Taboola and Outbrain recently announced a plan to merge, joining forces to reach over 2 billion people per month via content recommendation widgets at the end of popular news articles online. The two rivals, based out of New York City, have been reliable sources of online ad revenue for publishers for over a decade.
Post-merge, the company will have over 2,000 employees in 50 countries and serve 20,000 customers. In a digital ad market currently dominated by Google, Facebook and Amazon, both Taboola and Outbrain say this is a move to put power back into the hands of its customers.

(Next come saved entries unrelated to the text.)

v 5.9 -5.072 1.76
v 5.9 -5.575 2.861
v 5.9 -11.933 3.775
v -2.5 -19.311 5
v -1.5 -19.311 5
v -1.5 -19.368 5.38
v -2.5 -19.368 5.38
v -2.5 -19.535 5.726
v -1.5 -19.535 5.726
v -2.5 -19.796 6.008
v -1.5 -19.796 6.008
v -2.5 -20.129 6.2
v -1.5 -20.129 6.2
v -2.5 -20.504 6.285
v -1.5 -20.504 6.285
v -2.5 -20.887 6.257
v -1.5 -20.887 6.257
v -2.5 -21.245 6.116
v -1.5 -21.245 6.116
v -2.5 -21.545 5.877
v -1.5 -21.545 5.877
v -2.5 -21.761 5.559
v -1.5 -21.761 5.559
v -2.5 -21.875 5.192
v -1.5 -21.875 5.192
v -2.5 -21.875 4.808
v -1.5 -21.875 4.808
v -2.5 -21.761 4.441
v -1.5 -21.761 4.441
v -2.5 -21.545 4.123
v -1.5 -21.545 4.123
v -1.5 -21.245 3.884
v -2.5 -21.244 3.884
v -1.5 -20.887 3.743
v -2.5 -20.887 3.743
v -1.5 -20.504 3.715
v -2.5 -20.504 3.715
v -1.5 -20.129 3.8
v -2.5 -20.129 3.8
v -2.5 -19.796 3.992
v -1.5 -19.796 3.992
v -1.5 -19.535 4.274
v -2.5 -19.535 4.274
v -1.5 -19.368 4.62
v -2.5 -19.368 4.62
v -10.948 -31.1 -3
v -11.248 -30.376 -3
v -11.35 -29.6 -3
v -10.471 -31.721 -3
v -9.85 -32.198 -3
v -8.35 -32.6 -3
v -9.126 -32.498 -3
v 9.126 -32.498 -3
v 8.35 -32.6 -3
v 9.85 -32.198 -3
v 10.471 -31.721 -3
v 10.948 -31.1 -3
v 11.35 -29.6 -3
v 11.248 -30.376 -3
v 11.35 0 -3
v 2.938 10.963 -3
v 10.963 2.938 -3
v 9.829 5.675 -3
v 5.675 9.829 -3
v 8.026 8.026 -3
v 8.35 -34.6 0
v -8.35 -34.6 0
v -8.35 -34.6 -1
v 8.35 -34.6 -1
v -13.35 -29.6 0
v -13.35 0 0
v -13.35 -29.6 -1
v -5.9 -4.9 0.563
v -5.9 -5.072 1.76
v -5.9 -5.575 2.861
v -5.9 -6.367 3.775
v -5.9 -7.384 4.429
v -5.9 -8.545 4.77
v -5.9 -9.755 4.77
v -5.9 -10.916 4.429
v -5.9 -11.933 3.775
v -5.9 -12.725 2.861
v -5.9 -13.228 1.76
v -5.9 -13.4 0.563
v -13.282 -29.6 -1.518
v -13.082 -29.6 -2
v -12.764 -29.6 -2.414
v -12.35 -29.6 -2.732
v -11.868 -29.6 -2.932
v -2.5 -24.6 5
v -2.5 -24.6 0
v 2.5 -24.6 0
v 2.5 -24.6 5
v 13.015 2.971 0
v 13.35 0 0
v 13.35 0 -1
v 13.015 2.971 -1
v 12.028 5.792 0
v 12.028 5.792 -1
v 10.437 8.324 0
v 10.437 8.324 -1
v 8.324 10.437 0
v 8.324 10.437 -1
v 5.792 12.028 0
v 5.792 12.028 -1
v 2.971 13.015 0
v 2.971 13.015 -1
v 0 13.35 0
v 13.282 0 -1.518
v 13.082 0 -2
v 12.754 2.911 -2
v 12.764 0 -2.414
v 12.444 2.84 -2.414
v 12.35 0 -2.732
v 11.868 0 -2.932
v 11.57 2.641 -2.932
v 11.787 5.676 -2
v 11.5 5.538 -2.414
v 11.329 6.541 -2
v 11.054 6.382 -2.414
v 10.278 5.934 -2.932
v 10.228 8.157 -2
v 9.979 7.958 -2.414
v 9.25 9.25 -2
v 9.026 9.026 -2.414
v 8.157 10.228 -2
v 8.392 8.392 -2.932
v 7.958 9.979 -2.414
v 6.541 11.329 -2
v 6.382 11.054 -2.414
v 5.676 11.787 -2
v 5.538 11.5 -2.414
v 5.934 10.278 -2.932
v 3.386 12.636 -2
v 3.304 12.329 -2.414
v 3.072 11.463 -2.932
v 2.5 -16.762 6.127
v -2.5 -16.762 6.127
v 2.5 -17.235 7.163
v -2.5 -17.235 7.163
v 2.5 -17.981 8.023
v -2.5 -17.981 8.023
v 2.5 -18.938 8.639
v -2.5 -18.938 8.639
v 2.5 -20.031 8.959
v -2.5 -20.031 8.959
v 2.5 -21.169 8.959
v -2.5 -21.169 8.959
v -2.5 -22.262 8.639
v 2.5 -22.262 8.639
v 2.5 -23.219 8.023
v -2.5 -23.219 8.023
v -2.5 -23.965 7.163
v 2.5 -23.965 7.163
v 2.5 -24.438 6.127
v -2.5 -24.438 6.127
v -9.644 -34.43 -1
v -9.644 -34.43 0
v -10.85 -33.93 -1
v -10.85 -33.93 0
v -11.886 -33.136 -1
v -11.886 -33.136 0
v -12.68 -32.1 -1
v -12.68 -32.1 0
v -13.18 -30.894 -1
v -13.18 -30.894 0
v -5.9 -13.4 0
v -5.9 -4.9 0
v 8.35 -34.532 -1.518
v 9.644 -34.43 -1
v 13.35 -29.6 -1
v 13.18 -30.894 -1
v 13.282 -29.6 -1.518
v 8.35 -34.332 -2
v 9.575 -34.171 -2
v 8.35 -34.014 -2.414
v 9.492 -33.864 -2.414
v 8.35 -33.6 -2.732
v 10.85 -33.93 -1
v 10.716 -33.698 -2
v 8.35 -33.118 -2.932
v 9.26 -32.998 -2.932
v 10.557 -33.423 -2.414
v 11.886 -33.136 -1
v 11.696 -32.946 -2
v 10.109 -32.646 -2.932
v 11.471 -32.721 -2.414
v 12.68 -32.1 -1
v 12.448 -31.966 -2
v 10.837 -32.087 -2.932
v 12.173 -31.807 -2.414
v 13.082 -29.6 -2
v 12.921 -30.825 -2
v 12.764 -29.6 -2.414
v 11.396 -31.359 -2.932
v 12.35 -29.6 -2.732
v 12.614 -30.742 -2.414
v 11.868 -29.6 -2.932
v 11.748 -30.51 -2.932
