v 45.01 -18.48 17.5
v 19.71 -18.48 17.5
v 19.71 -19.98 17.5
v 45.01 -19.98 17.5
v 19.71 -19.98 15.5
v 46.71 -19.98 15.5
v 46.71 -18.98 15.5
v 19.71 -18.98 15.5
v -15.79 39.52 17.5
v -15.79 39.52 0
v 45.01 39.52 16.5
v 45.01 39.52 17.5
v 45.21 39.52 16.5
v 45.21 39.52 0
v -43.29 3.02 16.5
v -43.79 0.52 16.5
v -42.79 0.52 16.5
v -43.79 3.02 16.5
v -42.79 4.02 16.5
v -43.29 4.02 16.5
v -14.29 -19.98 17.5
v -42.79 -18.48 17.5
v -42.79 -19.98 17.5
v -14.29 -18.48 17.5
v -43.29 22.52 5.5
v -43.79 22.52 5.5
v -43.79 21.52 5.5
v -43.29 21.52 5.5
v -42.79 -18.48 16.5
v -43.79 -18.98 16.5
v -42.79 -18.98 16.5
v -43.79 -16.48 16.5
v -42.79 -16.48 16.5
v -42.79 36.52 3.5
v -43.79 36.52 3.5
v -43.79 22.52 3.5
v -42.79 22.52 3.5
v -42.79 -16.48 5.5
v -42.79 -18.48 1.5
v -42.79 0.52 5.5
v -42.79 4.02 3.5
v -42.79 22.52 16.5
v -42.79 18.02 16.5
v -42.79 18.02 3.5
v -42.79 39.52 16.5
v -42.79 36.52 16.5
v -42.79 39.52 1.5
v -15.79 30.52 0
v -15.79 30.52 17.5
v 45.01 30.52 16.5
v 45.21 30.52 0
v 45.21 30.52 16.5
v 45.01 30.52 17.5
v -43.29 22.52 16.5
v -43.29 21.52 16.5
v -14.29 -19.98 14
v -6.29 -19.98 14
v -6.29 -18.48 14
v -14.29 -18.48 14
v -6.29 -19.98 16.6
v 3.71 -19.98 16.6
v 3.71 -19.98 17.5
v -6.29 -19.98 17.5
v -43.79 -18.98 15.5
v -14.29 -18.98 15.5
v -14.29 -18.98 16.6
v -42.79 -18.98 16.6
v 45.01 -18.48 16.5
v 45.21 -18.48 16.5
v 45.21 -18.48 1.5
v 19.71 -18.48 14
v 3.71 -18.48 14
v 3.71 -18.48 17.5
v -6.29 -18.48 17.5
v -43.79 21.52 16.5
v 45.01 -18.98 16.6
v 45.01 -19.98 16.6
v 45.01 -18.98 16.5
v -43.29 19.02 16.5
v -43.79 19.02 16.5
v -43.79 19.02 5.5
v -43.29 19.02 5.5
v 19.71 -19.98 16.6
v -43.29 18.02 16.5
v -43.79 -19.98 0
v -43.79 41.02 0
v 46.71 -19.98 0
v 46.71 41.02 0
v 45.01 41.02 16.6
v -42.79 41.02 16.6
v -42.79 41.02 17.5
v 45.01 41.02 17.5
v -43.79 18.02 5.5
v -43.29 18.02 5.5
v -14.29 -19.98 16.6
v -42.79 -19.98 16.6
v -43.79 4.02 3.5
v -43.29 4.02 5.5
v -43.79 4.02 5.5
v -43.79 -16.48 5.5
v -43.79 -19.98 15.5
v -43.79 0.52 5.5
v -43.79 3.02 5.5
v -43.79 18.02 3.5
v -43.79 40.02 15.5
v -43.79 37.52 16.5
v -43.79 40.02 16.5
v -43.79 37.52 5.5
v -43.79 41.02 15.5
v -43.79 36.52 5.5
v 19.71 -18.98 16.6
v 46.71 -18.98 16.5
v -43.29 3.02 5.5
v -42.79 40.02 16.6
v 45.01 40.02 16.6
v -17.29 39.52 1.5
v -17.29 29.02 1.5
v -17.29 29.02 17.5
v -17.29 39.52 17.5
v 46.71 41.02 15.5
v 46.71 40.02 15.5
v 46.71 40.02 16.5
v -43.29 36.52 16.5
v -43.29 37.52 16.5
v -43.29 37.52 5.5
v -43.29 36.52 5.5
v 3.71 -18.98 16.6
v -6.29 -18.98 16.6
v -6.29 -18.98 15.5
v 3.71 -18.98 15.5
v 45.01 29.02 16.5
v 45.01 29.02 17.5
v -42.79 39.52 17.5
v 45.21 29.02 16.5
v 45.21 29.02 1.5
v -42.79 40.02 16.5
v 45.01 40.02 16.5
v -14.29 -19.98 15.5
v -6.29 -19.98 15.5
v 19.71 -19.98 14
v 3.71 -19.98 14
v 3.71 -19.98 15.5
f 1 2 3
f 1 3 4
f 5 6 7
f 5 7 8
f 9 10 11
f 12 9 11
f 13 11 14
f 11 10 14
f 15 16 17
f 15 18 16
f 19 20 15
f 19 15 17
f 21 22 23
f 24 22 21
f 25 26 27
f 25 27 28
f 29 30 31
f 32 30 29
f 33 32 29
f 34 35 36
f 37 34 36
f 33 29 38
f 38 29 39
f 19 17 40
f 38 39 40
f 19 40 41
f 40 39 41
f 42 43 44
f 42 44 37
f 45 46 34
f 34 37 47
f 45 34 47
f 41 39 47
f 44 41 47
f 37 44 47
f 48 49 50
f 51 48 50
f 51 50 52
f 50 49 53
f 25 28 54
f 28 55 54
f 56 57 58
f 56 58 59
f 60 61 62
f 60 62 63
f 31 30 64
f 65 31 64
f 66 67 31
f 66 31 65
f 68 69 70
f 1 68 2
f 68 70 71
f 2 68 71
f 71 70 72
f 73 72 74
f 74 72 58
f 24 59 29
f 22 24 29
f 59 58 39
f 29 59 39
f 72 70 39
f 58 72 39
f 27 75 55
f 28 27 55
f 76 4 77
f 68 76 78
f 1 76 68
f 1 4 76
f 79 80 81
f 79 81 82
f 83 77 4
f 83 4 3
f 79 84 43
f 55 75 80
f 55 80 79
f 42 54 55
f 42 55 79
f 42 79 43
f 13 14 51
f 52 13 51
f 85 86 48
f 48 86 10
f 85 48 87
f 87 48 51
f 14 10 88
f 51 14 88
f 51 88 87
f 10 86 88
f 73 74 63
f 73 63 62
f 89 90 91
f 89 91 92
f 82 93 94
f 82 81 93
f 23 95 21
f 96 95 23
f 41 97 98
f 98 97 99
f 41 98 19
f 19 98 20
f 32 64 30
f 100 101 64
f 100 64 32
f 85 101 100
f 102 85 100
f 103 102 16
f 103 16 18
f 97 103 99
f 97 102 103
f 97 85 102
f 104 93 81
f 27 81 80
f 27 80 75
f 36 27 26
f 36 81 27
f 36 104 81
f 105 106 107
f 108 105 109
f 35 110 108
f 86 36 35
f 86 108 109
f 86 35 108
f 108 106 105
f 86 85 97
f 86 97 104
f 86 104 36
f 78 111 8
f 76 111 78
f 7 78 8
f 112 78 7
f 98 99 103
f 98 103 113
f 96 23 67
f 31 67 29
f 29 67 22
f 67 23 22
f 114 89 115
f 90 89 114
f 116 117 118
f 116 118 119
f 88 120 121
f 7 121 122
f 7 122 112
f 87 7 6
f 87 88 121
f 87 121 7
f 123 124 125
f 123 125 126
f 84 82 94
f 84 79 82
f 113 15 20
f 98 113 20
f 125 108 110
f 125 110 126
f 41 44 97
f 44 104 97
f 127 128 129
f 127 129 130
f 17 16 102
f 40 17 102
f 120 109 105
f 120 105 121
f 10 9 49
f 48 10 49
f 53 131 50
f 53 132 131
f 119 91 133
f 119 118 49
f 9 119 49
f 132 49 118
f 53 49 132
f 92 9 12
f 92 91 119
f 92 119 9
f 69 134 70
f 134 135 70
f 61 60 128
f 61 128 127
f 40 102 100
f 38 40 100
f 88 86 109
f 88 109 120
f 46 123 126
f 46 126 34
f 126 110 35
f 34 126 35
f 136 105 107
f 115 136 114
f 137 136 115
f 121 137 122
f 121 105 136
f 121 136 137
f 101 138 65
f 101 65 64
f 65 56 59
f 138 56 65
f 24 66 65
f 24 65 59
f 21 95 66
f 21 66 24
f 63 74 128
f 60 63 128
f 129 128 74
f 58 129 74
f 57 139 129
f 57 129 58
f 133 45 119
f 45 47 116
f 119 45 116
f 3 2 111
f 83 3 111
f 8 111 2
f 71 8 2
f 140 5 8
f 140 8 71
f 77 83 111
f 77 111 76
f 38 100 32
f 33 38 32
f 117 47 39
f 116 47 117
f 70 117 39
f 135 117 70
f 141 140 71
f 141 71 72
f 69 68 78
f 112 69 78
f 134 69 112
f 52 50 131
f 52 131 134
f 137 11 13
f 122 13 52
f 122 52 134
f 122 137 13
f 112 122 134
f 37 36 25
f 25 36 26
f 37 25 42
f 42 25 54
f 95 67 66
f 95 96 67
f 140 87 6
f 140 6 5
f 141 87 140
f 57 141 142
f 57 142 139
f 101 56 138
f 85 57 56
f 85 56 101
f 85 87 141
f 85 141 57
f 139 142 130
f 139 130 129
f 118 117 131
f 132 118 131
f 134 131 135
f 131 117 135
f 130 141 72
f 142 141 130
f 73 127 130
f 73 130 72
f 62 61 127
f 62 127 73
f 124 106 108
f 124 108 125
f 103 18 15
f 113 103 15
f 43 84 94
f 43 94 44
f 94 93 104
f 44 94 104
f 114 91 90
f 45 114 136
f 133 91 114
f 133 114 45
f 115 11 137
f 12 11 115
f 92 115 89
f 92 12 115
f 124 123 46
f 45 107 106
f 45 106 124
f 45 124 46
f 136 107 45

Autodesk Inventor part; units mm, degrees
ref_plane "YZ Plane" through (0, 0, 0) normal (1, 0, 0) x (0, 1, 0)
ref_plane "XZ Plane" through (0, 0, 0) normal (0, 1, 0) x (-1, 0, 0)
ref_plane "XY Plane" through (0, 0, 0) normal (0, 0, 1) x (1, 0, 0)
sketch "Sketch1" plane through (0, 0, 0) normal (0, 0, 1) x (1, 0, 0)
  line L0 (-43.7903, 41.0199) -> (46.7097, 41.0199)
  line L1 (46.7097, 41.0199) -> (46.7097, -19.9801)
  line L2 (46.7097, -19.9801) -> (-43.7903, -19.9801)
  line L3 (-43.7903, -19.9801) -> (-43.7903, 41.0199)
  point P0 (0, 0)
  dimension "d0" = 90.5
  dimension "d1" = 61
extrude "Extrusion1" add sketch "Sketch1" along normal blind 1.5
sketch "Sketch2" plane through (0, 0, 1.5) normal (0, 0, 1) x (1, 0, 0)
  line L0 (-42.7903, 39.5199) -> (45.2097, 39.5199)
  line L1 (45.2097, 39.5199) -> (45.2097, -18.4801)
  line L2 (45.2097, -18.4801) -> (-42.7903, -18.4801)
  line L3 (-42.7903, -18.4801) -> (-42.7903, 39.5199)
  line L4 (-43.7903, 41.0199) -> (46.7097, 41.0199)
  line L5 (46.7097, 41.0199) -> (46.7097, -19.9801)
  line L6 (46.7097, -19.9801) -> (-43.7903, -19.9801)
  line L7 (-43.7903, -19.9801) -> (-43.7903, 41.0199)
  point P0 (0, 0)
  dimension "d4" = 1.5
  dimension "d5" = 1.5
  dimension "d6" = 1.5
  dimension "d7" = 1
extrude "Extrusion2" add sketch "Sketch2" along normal blind 16
sketch "Sketch3" plane through (-43.7903, -19.9801, 0) normal (-1, 0, 0) x (0, 0, 1)
  line L0 (17.5, 1.5) -> (17.5, 59.5) projected
  line L1 (17.5, 20.5) -> (5.5, 20.5)
  line L2 (5.5, 20.5) -> (5.5, 3.5)
  line L3 (5.5, 3.5) -> (17.5, 3.5)
  line L4 (17.5, 3.5) -> (17.5, 20.5)
  line L5 (17.5, 38) -> (3.5, 38)
  line L6 (3.5, 38) -> (3.5, 24)
  line L7 (3.5, 24) -> (17.5, 24)
  line L8 (17.5, 24) -> (17.5, 38)
  line L9 (17.5, 56.5) -> (3.5, 56.5)
  line L10 (3.5, 56.5) -> (3.5, 42.5)
  line L11 (3.5, 42.5) -> (17.5, 42.5)
  line L12 (17.5, 42.5) -> (17.5, 56.5)
  line L13 (0, 0) -> (17.5, 0) projected
  point P0 (0, 19.9801)
  dimension "d10" = 3.5
  dimension "d11" = 12
  dimension "d12" = 17
  dimension "d13" = 3.5
  dimension "d14" = 14
  dimension "d15" = 14
  dimension "d16" = 14
  dimension "d17" = 4.5
  dimension "d18" = 14
extrude "Extrusion3" cut sketch "Sketch3" against normal blind 1
sketch "Sketch4" plane through (0, 0, 1.5) normal (0, 0, 1) x (1, 0, 0)
  line L0 (45.2097, 39.5199) -> (-15.7903, 39.5199)
  line L1 (-15.7903, 39.5199) -> (-15.7903, 30.5199)
  line L2 (-15.7903, 30.5199) -> (45.2097, 30.5199)
  line L3 (45.2097, 30.5199) -> (45.2097, 39.5199)
  point P0 (0, 0)
  dimension "d21" = 61
  dimension "d22" = 9
extrude "Extrusion4" cut sketch "Sketch4" against normal blind 1.5
sketch "Sketch5" plane through (0, 0, 1.5) normal (0, 0, 1) x (1, 0, 0)
  line L0 (45.2097, 30.5199) -> (-15.7903, 30.5199)
  line L1 (-15.7903, 30.5199) -> (-15.7903, 29.0199)
  line L2 (-15.7903, 29.0199) -> (45.2097, 29.0199)
  line L3 (45.2097, 29.0199) -> (45.2097, 30.5199)
  line L4 (-42.7903, 39.5199) -> (45.2097, 39.5199) projected
  line L5 (-15.7903, 29.0199) -> (-17.2903, 29.0199)
  line L6 (-17.2903, 29.0199) -> (-17.2903, 39.5199)
  line L7 (-17.2903, 39.5199) -> (-15.7903, 39.5199)
  line L8 (-15.7903, 39.5199) -> (-15.7903, 29.0199)
  line L9 (46.7097, 41.0199) -> (46.7097, -19.9801) projected
  line L10 (45.2097, -18.4801) -> (45.2097, 30.5199) projected
  point P0 (0, 0)
  dimension "d25" = 1.5
  dimension "d26" = 1.5
  dimension "d28" = 61
  dimension "d29" = 9
extrude "Extrusion5" add sketch "Sketch5" along normal blind 16
sketch "Sketch6" plane through (0, 0, 17.5) normal (0, 0, 1) x (1, 0, 0)
  line L0 (-43.7903, 0.5199) -> (-42.7903, 0.5199) projected
  line L1 (-42.7903, 4.0199) -> (-43.7903, 4.0199) projected
  line L2 (-42.7903, 0.5199) -> (-42.7903, 4.0199) projected
  line L3 (-43.7903, 4.0199) -> (-43.7903, 0.5199) projected
  line L4 (-43.7903, -19.9801) -> (-43.7903, 41.0199) projected
  line L5 (-43.2903, 4.0199) -> (-43.7903, 4.0199)
  line L6 (-43.7903, 4.0199) -> (-43.7903, 3.0199)
  line L7 (-43.7903, 3.0199) -> (-43.2903, 3.0199)
  line L8 (-43.2903, 3.0199) -> (-43.2903, 4.0199)
  point P0 (0, 0)
  dimension "d32" = 3.5
  dimension "d33" = 1
  dimension "d34" = 0.5
  dimension "d35" = 1
extrude "Extrusion6" cut sketch "Sketch6" against normal blind 12 contours L3 L1 L8 L7
sketch "Sketch7" plane through (0, 0, 17.5) normal (0, 0, 1) x (1, 0, 0)
  line L0 (-43.7903, 18.0199) -> (-42.7903, 18.0199) projected
  line L1 (-43.7903, 22.5199) -> (-43.7903, 18.0199) projected
  line L2 (-43.2903, 18.0199) -> (-43.7903, 18.0199)
  line L3 (-43.7903, 18.0199) -> (-43.7903, 19.0199)
  line L4 (-43.7903, 19.0199) -> (-43.2903, 19.0199)
  line L5 (-43.2903, 19.0199) -> (-43.2903, 18.0199)
  point P0 (0, 0)
  dimension "d38" = 1
extrude "Extrusion7" cut sketch "Sketch7" against normal blind 12
sketch "Sketch8" plane through (0, 0, 17.5) normal (0, 0, 1) x (1, 0, 0)
  line L0 (-43.7903, 22.5199) -> (-43.7903, 19.0199) projected
  line L1 (-43.2903, 22.5199) -> (-43.7903, 22.5199)
  line L2 (-43.7903, 22.5199) -> (-43.7903, 21.5199)
  line L3 (-43.7903, 21.5199) -> (-43.2903, 21.5199)
  line L4 (-43.2903, 21.5199) -> (-43.2903, 22.5199)
  line L5 (-42.7903, 22.5199) -> (-43.7903, 22.5199) projected
  point P0 (0, 0)
  dimension "d41" = 0.5
  dimension "d42" = 1
  dimension "d43" = 1
extrude "Extrusion8" cut sketch "Sketch8" against normal blind 12
sketch "Sketch9" plane through (0, 0, 17.5) normal (0, 0, 1) x (1, 0, 0)
  line L0 (-43.7903, 36.5199) -> (-42.7903, 36.5199) projected
  line L1 (-43.7903, 41.0199) -> (-43.7903, 36.5199) projected
  line L2 (-43.2903, 36.5199) -> (-43.7903, 36.5199)
  line L3 (-43.7903, 36.5199) -> (-43.7903, 37.5199)
  line L4 (-43.7903, 37.5199) -> (-43.2903, 37.5199)
  line L5 (-43.2903, 37.5199) -> (-43.2903, 36.5199)
  point P0 (0, 0)
  dimension "d46" = 1
  dimension "d47" = 0.5
extrude "Extrusion9" cut sketch "Sketch9" against normal blind 12
sketch "Sketch10" plane through (-43.7903, -19.9801, 0) normal (0, -1, 0) x (1, 0, 0)
  line L0 (29.5, 17.5) -> (37.5, 17.5)
  line L1 (37.5, 17.5) -> (37.5, 14)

Publisher and advertisers are expressing mixed feelings about the merger. Some anticipate the advantages of greater scale and transparency, but some are worried the lack of competition will negatively impact pricing and ad quality.
What does the merger mean for Adpoint?
Last year, we integrated with Taboola’s platform to automate the native ad booking process for our customers – many of which are media companies who also partner with Taboola or Outbrain.
The integration further strengthens our goal to remain a single-solution for media companies today. Digital publishers, for example, can now book their Taboola native ads and their Google Ad Manager display ads into Adpoint and seamlessly push each ad to the appropriate ad server. On the start date, delivery data is automatically updated in Adpoint for pacing, reporting and billing.
We’re feeling optimistic about the outcome and do not expect any potential changes to the Adpoint-Taboola integration as a result. As always, we will continue to work with our customers and dedicated partners to remain up to date with changes but watch this space for any updates.